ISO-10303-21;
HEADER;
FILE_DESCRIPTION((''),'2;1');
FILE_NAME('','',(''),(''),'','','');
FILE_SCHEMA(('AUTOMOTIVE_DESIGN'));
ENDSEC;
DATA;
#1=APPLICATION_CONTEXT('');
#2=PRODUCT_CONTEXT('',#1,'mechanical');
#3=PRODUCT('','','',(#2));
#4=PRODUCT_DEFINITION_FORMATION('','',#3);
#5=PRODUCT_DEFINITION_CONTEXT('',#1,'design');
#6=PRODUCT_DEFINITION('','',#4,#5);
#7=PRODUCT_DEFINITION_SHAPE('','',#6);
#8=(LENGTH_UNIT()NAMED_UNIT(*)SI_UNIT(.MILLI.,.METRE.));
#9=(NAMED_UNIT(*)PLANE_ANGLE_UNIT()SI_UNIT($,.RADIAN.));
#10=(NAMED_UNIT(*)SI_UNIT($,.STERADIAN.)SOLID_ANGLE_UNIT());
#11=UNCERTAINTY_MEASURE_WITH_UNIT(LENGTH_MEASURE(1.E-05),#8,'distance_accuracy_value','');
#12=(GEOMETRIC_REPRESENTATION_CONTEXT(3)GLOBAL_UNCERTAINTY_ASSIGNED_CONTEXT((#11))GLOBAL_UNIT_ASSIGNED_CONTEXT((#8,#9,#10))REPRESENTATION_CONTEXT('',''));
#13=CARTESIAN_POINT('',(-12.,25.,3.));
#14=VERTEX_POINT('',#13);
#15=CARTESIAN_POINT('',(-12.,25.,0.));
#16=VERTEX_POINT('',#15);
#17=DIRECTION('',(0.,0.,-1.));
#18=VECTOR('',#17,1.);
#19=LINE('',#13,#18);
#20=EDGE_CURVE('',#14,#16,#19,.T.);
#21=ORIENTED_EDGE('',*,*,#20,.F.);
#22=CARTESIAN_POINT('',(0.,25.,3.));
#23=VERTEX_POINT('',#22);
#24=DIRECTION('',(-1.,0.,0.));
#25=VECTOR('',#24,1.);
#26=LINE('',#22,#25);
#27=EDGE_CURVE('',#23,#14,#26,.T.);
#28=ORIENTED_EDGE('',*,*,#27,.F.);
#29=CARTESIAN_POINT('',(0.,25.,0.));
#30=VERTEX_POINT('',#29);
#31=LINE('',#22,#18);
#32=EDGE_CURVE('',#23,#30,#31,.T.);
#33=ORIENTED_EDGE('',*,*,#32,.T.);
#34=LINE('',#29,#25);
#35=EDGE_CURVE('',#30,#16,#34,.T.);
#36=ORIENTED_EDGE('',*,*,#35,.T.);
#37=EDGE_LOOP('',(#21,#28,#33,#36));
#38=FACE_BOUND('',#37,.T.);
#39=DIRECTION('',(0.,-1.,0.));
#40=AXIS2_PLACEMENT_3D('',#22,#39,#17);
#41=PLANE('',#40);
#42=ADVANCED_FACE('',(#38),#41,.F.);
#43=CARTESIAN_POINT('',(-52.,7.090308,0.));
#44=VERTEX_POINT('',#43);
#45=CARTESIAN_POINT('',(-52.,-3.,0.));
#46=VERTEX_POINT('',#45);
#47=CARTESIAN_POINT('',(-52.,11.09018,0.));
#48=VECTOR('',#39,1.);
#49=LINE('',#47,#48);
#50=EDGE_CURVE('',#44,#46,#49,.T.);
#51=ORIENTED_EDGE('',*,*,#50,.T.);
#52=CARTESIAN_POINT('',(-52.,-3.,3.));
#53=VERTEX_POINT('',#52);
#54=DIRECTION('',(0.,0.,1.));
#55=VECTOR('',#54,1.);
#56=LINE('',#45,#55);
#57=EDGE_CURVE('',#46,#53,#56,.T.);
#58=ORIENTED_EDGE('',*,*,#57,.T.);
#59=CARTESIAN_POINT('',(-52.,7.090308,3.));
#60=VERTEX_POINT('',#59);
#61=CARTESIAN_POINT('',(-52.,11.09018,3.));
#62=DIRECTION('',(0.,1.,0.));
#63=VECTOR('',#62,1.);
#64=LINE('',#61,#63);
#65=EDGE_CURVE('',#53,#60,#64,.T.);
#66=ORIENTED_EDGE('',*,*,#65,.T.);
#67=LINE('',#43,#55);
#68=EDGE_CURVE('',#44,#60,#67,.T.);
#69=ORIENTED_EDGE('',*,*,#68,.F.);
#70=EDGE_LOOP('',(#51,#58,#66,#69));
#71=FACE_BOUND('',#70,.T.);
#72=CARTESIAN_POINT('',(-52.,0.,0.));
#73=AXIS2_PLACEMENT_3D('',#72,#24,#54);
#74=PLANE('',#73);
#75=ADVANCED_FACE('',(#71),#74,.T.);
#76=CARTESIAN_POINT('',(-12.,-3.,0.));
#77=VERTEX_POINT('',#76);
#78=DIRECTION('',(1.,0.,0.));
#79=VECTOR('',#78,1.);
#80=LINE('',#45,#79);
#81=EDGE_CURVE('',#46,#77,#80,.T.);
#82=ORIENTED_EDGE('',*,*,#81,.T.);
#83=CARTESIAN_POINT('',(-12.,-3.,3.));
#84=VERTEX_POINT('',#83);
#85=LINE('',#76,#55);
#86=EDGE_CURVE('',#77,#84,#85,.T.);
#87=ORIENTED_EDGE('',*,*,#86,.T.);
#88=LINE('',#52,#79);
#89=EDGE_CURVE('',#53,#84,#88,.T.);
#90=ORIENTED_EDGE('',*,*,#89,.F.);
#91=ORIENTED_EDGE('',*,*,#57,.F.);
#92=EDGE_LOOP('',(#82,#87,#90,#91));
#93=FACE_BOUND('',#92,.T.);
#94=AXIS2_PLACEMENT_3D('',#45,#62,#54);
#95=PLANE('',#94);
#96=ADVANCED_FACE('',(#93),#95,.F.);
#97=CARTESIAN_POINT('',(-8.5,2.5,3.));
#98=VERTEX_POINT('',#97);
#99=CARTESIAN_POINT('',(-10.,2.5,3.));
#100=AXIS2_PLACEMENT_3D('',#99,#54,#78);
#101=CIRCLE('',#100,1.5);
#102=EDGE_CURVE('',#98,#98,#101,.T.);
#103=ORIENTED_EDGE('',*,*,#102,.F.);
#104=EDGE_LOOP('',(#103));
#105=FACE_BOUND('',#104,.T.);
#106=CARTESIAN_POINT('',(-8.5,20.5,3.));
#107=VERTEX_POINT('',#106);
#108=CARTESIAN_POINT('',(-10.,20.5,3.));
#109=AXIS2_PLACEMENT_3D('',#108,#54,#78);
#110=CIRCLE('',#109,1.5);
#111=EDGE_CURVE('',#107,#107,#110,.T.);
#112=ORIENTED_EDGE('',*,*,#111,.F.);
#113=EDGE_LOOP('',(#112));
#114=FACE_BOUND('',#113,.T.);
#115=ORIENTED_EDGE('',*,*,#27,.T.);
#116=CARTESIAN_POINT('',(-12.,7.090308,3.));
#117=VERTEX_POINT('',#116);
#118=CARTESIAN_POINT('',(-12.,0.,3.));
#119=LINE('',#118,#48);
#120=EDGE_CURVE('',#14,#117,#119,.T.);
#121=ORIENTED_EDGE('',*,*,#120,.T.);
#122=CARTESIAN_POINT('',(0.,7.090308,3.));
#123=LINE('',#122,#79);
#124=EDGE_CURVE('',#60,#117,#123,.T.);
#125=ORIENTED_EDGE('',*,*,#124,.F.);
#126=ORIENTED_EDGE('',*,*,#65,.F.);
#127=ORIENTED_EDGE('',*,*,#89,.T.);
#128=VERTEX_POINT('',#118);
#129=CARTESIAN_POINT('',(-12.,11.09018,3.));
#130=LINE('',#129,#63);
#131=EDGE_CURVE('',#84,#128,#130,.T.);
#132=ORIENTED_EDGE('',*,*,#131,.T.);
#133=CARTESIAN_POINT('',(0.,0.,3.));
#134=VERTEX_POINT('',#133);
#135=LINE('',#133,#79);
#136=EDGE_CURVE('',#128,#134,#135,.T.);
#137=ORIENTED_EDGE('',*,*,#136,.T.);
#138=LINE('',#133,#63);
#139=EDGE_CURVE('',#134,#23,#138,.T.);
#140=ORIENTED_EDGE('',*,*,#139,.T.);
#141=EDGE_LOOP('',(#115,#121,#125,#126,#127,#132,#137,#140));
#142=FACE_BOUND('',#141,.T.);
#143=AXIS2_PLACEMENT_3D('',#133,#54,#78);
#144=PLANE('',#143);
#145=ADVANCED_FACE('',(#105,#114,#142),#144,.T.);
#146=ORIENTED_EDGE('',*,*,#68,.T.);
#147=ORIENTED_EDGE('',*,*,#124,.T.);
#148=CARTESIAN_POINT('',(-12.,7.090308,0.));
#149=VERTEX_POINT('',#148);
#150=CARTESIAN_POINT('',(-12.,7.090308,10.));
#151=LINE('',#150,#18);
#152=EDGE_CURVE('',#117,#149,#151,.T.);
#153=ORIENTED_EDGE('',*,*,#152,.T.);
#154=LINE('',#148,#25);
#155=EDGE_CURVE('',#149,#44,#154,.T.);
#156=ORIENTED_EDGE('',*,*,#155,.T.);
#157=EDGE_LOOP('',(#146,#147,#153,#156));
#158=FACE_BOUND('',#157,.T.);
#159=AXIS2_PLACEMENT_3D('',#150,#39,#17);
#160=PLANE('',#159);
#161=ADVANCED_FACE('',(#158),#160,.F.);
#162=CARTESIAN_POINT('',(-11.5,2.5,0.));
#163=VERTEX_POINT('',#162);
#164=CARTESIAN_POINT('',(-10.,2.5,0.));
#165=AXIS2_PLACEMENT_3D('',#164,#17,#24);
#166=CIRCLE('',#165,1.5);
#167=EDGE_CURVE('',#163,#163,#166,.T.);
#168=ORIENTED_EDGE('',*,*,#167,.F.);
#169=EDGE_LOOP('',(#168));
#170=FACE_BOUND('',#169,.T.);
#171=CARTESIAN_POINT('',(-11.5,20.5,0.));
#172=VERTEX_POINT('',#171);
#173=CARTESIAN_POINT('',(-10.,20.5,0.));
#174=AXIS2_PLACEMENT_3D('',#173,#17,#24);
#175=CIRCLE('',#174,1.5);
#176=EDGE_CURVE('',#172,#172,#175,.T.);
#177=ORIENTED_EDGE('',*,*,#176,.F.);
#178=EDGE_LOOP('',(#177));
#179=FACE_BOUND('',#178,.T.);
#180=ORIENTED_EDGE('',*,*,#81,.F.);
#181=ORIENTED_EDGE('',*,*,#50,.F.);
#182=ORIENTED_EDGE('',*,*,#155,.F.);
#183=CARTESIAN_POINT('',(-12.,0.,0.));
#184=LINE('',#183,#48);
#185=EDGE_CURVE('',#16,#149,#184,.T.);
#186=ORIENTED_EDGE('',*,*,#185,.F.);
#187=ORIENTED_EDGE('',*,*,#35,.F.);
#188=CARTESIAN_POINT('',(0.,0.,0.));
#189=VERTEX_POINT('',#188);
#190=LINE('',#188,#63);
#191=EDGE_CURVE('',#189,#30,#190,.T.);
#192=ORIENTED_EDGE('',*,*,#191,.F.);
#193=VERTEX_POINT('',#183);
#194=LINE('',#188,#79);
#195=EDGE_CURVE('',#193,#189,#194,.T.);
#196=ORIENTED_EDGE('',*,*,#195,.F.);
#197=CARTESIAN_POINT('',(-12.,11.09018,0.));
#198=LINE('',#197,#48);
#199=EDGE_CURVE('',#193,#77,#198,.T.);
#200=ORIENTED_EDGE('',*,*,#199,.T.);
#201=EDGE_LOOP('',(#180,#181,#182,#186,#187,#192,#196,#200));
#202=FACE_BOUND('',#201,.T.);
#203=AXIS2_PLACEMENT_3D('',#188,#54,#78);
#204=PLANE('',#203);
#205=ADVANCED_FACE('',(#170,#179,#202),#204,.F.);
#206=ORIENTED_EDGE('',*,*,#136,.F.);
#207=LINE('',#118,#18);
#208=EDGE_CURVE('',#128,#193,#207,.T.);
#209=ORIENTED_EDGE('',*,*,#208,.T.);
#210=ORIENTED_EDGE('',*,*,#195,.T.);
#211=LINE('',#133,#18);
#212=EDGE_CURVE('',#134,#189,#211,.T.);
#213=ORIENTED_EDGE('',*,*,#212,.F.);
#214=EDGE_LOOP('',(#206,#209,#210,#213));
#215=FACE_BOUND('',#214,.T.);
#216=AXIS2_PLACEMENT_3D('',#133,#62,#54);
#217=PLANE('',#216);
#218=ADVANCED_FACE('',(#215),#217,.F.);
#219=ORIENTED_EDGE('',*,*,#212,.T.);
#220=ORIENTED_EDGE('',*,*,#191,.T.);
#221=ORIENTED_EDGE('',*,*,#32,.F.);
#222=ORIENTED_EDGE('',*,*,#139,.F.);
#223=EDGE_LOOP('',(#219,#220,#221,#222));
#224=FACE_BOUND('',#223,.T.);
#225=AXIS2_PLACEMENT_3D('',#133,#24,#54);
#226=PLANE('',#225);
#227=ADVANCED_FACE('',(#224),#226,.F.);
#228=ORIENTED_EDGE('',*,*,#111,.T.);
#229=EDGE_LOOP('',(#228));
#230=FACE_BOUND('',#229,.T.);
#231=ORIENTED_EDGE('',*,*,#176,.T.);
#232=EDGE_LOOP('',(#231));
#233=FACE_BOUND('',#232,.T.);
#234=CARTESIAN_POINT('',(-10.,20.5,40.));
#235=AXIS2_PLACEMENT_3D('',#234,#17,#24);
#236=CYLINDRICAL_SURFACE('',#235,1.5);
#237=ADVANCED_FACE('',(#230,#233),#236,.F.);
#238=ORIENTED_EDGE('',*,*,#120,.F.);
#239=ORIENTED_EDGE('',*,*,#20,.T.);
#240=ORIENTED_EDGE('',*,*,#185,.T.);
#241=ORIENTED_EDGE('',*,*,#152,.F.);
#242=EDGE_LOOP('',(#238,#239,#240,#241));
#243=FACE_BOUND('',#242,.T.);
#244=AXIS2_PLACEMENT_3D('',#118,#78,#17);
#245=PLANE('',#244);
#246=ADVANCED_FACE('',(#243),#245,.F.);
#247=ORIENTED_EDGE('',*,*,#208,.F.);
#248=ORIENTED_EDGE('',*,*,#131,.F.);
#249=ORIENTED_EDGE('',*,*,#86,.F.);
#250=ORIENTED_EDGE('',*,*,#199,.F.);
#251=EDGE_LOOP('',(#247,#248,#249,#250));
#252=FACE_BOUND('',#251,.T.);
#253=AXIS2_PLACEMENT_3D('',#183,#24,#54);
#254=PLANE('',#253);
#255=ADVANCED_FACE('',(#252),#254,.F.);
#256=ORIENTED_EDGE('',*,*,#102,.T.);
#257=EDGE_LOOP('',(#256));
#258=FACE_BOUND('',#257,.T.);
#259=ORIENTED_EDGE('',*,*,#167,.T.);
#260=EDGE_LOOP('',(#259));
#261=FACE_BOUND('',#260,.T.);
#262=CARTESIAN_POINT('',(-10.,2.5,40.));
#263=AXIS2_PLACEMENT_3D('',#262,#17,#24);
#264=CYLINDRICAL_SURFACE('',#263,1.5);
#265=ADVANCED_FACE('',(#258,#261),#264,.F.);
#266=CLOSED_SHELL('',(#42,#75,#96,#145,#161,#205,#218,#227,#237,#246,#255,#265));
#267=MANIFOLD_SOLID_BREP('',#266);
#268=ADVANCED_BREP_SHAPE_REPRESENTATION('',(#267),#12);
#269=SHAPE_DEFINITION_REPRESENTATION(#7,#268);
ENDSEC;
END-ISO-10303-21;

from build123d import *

# Parameters (mm, degrees)
SKETCH1_W           = 12
SKETCH1_H           = 25
BOSS_EXTRUDE1_DEPTH = 3
SKETCH2_R           = 1.5
CUT_EXTRUDE2_DEPTH  = 40
SKETCH4_W           = 3
SKETCH4_H           = 14.090179648
BOSS_EXTRUDE3_DEPTH = 40
SKETCH5_W           = 40
SKETCH5_H           = 3.999871266
CUT_EXTRUDE3_DEPTH  = 10


with BuildPart() as part:
    # Sketch1 → Boss-Extrude1 (new body)
    with BuildSketch(Plane.XY):
        with Locations((-6, 12.5)):
            Rectangle(SKETCH1_W, SKETCH1_H)
    extrude(amount=BOSS_EXTRUDE1_DEPTH)

    # Sketch2 → Cut-Extrude2 (cut)
    with BuildSketch(Plane(origin=(0, 0, 0), x_dir=(-1, 0, 0), z_dir=(0, 0, -1))):
        with Locations((10, 2.5)):
            Circle(SKETCH2_R)
        with Locations((10, 20.5)):
            Circle(SKETCH2_R)
    extrude(amount=-CUT_EXTRUDE2_DEPTH, mode=Mode.SUBTRACT)

    # Sketch4 → Boss-Extrude3 (add)
    with BuildSketch(Plane.ZY.offset(12)):
        with Locations((1.5, 4.045089824)):
            Rectangle(SKETCH4_W, SKETCH4_H)
    extrude(amount=BOSS_EXTRUDE3_DEPTH)

    # Sketch5 → Cut-Extrude3 (cut)
    with BuildSketch(Plane(origin=(0, 0, 0), x_dir=(-1, 0, 0), z_dir=(0, 0, -1))):
        with Locations((32, 9.090244015)):
            Rectangle(SKETCH5_W, SKETCH5_H)
    extrude(amount=-CUT_EXTRUDE3_DEPTH, mode=Mode.SUBTRACT)


solid = part.part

YOUR TASK
Would you please copy exactly the part of the entries above that begins at the line containing "#75=ADVANCED_FACE('',(#71),#74,.T.);" and ends at the line containing "#88=LINE('',#52,#79);", both lines included?

WRITTEN RESPONSE
#75=ADVANCED_FACE('',(#71),#74,.T.);
#76=CARTESIAN_POINT('',(-12.,-3.,0.));
#77=VERTEX_POINT('',#76);
#78=DIRECTION('',(1.,0.,0.));
#79=VECTOR('',#78,1.);
#80=LINE('',#45,#79);
#81=EDGE_CURVE('',#46,#77,#80,.T.);
#82=ORIENTED_EDGE('',*,*,#81,.T.);
#83=CARTESIAN_POINT('',(-12.,-3.,3.));
#84=VERTEX_POINT('',#83);
#85=LINE('',#76,#55);
#86=EDGE_CURVE('',#77,#84,#85,.T.);
#87=ORIENTED_EDGE('',*,*,#86,.T.);
#88=LINE('',#52,#79);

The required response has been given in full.